**INSTRUCTIONS TO FOLLOW:** Only the lines below starting at the one that contains "#163=ORIENTED_EDGE('',*,*,#162,.F.);" and ending at the one that contains "#199=ADVANCED_FACE('',(#197),#198,.F.);" are to be reproduced, exactly and with both ends kept.

**MATERIAL PROVIDED:**
* * *

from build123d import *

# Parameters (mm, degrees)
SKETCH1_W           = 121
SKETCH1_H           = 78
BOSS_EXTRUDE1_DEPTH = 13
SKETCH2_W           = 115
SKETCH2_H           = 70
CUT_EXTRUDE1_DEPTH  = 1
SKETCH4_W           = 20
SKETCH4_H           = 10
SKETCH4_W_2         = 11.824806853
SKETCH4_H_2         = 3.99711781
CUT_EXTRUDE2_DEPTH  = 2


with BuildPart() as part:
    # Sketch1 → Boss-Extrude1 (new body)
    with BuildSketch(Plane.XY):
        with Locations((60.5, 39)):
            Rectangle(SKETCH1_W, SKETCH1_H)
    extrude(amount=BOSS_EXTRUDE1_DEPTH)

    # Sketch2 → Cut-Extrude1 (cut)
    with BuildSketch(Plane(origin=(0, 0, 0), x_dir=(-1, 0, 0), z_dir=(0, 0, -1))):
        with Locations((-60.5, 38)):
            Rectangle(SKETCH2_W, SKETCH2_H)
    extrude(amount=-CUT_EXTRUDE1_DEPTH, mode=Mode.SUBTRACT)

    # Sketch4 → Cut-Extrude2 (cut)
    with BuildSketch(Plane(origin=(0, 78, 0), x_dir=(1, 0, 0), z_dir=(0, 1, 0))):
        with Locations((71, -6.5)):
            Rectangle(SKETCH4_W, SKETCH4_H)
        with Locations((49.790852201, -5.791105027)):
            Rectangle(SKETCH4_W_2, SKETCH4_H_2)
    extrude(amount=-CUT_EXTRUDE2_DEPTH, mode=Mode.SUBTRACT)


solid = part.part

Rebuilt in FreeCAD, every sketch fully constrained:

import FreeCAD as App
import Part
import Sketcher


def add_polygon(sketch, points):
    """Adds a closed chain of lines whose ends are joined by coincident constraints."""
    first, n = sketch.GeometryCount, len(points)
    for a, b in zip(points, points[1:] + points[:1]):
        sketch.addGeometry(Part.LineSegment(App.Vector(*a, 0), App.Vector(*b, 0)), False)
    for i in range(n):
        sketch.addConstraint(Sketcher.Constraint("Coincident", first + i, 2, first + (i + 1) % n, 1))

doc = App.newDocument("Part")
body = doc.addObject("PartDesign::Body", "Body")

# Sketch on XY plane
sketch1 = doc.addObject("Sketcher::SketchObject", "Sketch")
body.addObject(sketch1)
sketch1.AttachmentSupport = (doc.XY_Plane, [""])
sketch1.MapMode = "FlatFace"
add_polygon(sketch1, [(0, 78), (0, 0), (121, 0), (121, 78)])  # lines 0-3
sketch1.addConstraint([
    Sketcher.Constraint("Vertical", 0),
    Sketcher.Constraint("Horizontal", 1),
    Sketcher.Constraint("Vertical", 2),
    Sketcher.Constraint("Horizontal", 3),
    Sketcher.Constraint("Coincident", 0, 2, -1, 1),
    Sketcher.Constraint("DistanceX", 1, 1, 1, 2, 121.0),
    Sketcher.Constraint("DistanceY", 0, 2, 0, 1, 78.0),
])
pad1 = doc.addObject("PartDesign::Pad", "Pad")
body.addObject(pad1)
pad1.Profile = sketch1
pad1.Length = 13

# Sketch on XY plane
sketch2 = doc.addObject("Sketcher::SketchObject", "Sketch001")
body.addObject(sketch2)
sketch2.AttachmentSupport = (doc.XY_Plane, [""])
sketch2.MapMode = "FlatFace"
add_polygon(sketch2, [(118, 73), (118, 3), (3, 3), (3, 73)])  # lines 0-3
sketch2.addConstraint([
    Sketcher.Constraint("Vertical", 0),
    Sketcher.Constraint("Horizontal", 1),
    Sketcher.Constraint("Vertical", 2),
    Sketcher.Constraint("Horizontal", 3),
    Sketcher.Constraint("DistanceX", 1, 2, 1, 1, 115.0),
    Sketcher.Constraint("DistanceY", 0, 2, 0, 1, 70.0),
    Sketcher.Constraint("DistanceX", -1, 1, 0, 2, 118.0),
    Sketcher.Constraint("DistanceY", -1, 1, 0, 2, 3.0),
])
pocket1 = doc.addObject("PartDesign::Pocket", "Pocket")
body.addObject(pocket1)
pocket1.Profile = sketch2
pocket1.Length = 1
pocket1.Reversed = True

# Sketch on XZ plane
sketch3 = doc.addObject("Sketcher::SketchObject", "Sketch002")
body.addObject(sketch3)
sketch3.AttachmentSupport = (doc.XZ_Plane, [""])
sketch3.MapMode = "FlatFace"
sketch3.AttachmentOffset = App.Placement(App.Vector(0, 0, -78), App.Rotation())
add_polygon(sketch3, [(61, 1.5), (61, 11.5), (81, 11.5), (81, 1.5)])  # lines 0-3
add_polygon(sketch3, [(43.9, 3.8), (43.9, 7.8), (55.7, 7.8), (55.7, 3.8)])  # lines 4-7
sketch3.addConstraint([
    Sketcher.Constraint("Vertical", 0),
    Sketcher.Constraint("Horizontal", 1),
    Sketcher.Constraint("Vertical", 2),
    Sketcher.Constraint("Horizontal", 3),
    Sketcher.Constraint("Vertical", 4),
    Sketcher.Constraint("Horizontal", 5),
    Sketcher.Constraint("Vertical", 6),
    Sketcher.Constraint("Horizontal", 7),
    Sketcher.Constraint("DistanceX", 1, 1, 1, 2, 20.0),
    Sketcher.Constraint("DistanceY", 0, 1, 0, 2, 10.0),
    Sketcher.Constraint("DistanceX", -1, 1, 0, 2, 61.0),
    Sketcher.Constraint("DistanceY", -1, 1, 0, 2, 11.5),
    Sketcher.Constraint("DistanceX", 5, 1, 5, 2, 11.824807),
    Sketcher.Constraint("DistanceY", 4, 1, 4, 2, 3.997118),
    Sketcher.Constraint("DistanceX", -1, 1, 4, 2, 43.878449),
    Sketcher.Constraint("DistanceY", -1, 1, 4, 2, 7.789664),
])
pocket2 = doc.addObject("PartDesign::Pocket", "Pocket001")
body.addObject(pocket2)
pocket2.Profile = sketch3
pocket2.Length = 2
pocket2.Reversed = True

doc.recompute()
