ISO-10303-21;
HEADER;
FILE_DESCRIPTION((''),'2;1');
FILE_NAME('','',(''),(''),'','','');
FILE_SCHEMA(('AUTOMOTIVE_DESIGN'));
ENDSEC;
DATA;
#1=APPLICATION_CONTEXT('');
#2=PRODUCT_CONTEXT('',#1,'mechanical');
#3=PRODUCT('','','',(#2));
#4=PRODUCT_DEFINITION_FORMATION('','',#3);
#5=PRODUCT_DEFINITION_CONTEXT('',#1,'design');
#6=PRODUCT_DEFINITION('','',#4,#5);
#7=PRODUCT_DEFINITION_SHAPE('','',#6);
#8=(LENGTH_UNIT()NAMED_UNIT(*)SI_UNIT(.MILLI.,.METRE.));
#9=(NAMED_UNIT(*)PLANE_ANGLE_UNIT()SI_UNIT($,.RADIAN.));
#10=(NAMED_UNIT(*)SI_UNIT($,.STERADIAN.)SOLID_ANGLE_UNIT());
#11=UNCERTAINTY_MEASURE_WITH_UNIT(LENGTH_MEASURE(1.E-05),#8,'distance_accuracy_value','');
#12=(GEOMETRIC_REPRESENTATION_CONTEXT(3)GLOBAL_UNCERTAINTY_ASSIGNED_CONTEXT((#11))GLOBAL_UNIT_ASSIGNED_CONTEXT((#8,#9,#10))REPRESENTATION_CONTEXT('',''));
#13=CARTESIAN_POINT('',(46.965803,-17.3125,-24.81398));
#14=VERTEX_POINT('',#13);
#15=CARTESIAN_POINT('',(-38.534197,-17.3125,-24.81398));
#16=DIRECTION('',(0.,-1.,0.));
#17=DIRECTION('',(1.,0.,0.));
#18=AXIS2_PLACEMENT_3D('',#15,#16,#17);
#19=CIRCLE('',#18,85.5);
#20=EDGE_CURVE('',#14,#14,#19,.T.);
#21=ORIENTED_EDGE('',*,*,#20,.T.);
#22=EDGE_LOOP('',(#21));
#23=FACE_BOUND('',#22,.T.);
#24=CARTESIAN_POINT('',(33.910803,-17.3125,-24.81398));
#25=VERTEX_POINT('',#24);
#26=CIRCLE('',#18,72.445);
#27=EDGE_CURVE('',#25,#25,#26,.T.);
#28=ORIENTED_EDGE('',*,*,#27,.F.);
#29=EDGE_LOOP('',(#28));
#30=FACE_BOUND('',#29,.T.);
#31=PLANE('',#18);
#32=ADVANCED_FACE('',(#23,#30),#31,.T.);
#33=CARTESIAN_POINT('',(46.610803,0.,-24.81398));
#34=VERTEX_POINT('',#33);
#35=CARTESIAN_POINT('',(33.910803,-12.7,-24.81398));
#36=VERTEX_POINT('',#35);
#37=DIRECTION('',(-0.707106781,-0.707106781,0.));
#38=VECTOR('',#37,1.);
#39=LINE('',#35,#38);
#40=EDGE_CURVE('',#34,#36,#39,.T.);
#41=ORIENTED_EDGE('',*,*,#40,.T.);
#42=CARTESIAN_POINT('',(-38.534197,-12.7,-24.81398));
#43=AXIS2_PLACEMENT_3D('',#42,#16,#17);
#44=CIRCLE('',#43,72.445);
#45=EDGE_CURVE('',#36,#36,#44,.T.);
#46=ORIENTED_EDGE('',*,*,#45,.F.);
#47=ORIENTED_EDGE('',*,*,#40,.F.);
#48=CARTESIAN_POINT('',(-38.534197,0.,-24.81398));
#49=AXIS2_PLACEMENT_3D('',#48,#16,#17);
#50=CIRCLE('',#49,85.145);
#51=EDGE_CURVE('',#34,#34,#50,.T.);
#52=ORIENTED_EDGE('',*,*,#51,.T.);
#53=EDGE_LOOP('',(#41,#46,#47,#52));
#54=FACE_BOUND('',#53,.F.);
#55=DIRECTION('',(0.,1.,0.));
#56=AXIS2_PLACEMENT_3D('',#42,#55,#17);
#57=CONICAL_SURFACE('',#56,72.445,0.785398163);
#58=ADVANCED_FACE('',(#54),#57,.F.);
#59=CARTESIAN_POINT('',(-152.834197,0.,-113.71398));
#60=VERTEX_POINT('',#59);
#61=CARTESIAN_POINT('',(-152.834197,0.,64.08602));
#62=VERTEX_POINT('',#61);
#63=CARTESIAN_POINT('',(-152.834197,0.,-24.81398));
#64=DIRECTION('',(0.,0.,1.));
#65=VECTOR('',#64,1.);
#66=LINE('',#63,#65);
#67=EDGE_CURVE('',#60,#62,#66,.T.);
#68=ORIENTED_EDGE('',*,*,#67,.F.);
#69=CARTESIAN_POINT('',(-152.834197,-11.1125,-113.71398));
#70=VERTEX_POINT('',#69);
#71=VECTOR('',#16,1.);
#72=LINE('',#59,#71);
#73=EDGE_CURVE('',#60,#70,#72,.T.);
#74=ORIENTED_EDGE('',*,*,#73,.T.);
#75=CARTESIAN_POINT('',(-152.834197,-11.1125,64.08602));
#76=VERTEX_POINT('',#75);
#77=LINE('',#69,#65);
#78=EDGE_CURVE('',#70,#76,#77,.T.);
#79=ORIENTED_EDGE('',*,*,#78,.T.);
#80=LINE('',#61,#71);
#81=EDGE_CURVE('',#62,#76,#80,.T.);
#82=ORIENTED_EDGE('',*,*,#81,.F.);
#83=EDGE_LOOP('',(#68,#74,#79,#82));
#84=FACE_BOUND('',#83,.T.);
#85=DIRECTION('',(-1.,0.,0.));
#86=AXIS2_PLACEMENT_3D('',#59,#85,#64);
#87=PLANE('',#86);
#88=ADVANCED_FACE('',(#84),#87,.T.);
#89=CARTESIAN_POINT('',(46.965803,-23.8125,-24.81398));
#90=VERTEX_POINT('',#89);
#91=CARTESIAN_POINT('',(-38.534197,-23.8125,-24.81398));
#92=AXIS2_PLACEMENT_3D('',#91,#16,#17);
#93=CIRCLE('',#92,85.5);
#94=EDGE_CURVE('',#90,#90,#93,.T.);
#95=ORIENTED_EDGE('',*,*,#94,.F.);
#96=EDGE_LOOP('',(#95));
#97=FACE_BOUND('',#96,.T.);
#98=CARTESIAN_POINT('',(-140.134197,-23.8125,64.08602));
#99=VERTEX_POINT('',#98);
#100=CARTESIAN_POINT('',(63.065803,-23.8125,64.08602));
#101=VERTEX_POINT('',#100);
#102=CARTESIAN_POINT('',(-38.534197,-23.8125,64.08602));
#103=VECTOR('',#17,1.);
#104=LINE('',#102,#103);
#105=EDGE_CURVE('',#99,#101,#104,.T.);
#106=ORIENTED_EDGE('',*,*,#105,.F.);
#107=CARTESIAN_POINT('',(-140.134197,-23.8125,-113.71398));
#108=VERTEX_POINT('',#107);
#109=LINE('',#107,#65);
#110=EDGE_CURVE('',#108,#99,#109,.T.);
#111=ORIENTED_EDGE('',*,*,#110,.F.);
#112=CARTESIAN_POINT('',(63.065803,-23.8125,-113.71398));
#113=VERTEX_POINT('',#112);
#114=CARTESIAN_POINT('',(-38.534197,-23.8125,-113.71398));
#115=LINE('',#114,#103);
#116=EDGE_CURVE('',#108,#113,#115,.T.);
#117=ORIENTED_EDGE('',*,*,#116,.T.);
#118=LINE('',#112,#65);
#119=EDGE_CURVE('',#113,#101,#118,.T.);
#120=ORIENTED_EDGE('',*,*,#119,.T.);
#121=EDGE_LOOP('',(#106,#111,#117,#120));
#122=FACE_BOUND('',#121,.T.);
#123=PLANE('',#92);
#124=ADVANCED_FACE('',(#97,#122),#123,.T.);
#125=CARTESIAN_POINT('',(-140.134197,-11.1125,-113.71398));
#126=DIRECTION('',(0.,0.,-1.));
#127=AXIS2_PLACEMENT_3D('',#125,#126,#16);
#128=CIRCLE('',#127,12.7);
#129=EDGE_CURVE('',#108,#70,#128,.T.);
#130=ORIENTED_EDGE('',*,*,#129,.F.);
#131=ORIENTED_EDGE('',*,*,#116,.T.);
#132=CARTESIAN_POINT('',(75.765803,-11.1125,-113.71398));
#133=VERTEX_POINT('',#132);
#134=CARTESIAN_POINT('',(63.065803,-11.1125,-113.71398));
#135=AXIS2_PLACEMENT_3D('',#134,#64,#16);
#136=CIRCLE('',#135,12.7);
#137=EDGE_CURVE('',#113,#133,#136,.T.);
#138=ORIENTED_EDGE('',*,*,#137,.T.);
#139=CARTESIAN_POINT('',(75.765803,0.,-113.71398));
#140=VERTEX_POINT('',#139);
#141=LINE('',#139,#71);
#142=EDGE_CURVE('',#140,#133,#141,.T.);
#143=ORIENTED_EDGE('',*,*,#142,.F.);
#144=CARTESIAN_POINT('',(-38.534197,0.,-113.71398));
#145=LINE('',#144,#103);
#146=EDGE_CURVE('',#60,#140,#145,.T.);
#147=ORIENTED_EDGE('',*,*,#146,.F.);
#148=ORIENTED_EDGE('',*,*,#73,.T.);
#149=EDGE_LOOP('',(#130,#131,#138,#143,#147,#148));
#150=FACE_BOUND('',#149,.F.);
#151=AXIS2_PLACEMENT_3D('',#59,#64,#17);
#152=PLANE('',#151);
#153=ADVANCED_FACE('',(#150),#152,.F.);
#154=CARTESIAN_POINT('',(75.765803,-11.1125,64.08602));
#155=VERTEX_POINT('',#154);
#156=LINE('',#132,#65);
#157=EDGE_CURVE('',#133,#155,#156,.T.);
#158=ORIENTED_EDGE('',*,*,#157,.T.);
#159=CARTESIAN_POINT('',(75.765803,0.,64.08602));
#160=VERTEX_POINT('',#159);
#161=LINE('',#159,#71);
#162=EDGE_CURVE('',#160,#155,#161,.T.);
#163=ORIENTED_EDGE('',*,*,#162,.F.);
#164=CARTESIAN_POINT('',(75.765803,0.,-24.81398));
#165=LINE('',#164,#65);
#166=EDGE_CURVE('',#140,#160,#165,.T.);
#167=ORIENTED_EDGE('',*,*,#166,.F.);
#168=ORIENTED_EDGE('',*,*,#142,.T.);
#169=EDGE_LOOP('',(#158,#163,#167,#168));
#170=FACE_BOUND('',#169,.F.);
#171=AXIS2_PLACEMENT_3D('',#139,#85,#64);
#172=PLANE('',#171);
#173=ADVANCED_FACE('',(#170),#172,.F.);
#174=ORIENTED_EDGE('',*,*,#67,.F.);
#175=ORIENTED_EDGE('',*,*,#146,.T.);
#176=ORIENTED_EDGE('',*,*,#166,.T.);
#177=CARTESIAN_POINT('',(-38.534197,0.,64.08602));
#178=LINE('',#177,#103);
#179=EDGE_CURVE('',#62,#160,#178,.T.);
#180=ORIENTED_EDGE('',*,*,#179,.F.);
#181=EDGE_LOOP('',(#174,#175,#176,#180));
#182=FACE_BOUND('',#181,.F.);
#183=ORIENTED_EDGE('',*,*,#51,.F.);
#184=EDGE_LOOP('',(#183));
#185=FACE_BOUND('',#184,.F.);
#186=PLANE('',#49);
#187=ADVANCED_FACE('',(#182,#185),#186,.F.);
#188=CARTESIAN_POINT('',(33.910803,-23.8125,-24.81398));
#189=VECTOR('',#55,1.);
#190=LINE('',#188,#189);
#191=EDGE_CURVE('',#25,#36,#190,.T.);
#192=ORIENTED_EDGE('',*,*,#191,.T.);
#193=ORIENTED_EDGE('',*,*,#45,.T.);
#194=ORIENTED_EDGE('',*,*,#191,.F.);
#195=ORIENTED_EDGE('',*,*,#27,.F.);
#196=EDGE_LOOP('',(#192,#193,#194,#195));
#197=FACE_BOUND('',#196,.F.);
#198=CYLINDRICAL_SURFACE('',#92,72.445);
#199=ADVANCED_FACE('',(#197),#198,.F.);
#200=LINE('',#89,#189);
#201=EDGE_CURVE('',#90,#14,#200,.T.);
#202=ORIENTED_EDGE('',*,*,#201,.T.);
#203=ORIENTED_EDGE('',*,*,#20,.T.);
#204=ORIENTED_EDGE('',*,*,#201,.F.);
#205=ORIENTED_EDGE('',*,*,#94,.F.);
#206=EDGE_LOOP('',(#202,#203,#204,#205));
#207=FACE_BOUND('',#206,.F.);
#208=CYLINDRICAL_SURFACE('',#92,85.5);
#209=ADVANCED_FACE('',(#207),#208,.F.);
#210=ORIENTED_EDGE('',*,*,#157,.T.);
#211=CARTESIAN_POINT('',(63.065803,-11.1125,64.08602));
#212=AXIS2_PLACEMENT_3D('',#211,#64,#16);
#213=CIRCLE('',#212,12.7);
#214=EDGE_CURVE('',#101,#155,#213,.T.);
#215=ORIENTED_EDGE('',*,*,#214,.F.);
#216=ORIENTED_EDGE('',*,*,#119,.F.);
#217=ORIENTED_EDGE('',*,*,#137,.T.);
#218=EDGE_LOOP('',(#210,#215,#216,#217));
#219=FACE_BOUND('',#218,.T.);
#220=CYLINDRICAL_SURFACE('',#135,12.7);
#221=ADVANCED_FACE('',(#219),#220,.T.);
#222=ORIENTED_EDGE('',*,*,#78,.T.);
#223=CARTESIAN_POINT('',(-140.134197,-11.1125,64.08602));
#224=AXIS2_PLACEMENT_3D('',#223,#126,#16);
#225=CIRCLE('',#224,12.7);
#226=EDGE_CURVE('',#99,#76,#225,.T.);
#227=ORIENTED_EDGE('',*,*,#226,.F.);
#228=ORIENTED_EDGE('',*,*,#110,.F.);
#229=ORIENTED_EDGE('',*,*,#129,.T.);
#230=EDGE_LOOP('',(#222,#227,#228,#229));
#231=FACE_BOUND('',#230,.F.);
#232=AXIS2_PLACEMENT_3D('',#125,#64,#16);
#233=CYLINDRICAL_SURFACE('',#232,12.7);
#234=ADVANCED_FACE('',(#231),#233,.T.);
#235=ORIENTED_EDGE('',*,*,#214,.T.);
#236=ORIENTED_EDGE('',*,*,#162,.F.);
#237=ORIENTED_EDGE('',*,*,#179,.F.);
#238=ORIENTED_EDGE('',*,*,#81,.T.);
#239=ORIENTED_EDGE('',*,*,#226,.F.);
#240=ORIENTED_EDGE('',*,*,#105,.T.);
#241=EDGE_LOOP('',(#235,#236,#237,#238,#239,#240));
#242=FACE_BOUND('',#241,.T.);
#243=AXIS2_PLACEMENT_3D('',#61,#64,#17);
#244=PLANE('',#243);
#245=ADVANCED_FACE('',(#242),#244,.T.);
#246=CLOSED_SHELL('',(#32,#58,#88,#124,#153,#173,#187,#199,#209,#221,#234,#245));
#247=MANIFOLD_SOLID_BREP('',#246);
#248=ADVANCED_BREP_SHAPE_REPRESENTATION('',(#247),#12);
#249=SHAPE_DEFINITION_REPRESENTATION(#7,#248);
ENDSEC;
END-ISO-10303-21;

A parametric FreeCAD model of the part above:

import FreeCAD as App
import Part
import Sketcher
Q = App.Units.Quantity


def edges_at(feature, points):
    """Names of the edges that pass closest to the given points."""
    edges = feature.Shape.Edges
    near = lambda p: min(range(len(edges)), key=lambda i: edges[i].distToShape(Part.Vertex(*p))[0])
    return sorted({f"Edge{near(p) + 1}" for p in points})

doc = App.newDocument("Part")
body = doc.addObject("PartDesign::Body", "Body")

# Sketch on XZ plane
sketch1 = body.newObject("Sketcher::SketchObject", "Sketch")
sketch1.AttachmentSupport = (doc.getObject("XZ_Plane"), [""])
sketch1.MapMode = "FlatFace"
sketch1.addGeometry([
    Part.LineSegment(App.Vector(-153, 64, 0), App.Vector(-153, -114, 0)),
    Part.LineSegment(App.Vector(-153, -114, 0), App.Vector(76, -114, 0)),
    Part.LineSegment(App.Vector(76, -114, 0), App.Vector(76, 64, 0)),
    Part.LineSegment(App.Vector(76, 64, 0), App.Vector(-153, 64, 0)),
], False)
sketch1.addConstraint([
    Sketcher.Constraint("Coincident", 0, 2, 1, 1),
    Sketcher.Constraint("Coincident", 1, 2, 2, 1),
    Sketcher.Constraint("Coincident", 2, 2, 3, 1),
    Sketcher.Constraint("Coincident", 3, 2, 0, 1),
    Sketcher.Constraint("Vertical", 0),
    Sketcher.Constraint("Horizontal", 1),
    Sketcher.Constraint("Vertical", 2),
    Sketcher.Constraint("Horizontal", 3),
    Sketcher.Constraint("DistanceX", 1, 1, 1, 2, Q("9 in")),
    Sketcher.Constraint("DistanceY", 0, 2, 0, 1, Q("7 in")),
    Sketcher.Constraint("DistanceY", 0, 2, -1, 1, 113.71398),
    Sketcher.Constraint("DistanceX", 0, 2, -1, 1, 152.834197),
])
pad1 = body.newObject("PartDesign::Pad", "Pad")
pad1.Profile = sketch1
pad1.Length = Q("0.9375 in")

* * *

**FINISHED TASK:**
#163=ORIENTED_EDGE('',*,*,#162,.F.);
#164=CARTESIAN_POINT('',(75.765803,0.,-24.81398));
#165=LINE('',#164,#65);
#166=EDGE_CURVE('',#140,#160,#165,.T.);
#167=ORIENTED_EDGE('',*,*,#166,.F.);
#168=ORIENTED_EDGE('',*,*,#142,.T.);
#169=EDGE_LOOP('',(#158,#163,#167,#168));
#170=FACE_BOUND('',#169,.F.);
#171=AXIS2_PLACEMENT_3D('',#139,#85,#64);
#172=PLANE('',#171);
#173=ADVANCED_FACE('',(#170),#172,.F.);
#174=ORIENTED_EDGE('',*,*,#67,.F.);
#175=ORIENTED_EDGE('',*,*,#146,.T.);
#176=ORIENTED_EDGE('',*,*,#166,.T.);
#177=CARTESIAN_POINT('',(-38.534197,0.,64.08602));
#178=LINE('',#177,#103);
#179=EDGE_CURVE('',#62,#160,#178,.T.);
#180=ORIENTED_EDGE('',*,*,#179,.F.);
#181=EDGE_LOOP('',(#174,#175,#176,#180));
#182=FACE_BOUND('',#181,.F.);
#183=ORIENTED_EDGE('',*,*,#51,.F.);
#184=EDGE_LOOP('',(#183));
#185=FACE_BOUND('',#184,.F.);
#186=PLANE('',#49);
#187=ADVANCED_FACE('',(#182,#185),#186,.F.);
#188=CARTESIAN_POINT('',(33.910803,-23.8125,-24.81398));
#189=VECTOR('',#55,1.);
#190=LINE('',#188,#189);
#191=EDGE_CURVE('',#25,#36,#190,.T.);
#192=ORIENTED_EDGE('',*,*,#191,.T.);
#193=ORIENTED_EDGE('',*,*,#45,.T.);
#194=ORIENTED_EDGE('',*,*,#191,.F.);
#195=ORIENTED_EDGE('',*,*,#27,.F.);
#196=EDGE_LOOP('',(#192,#193,#194,#195));
#197=FACE_BOUND('',#196,.F.);
#198=CYLINDRICAL_SURFACE('',#92,72.445);
#199=ADVANCED_FACE('',(#197),#198,.F.);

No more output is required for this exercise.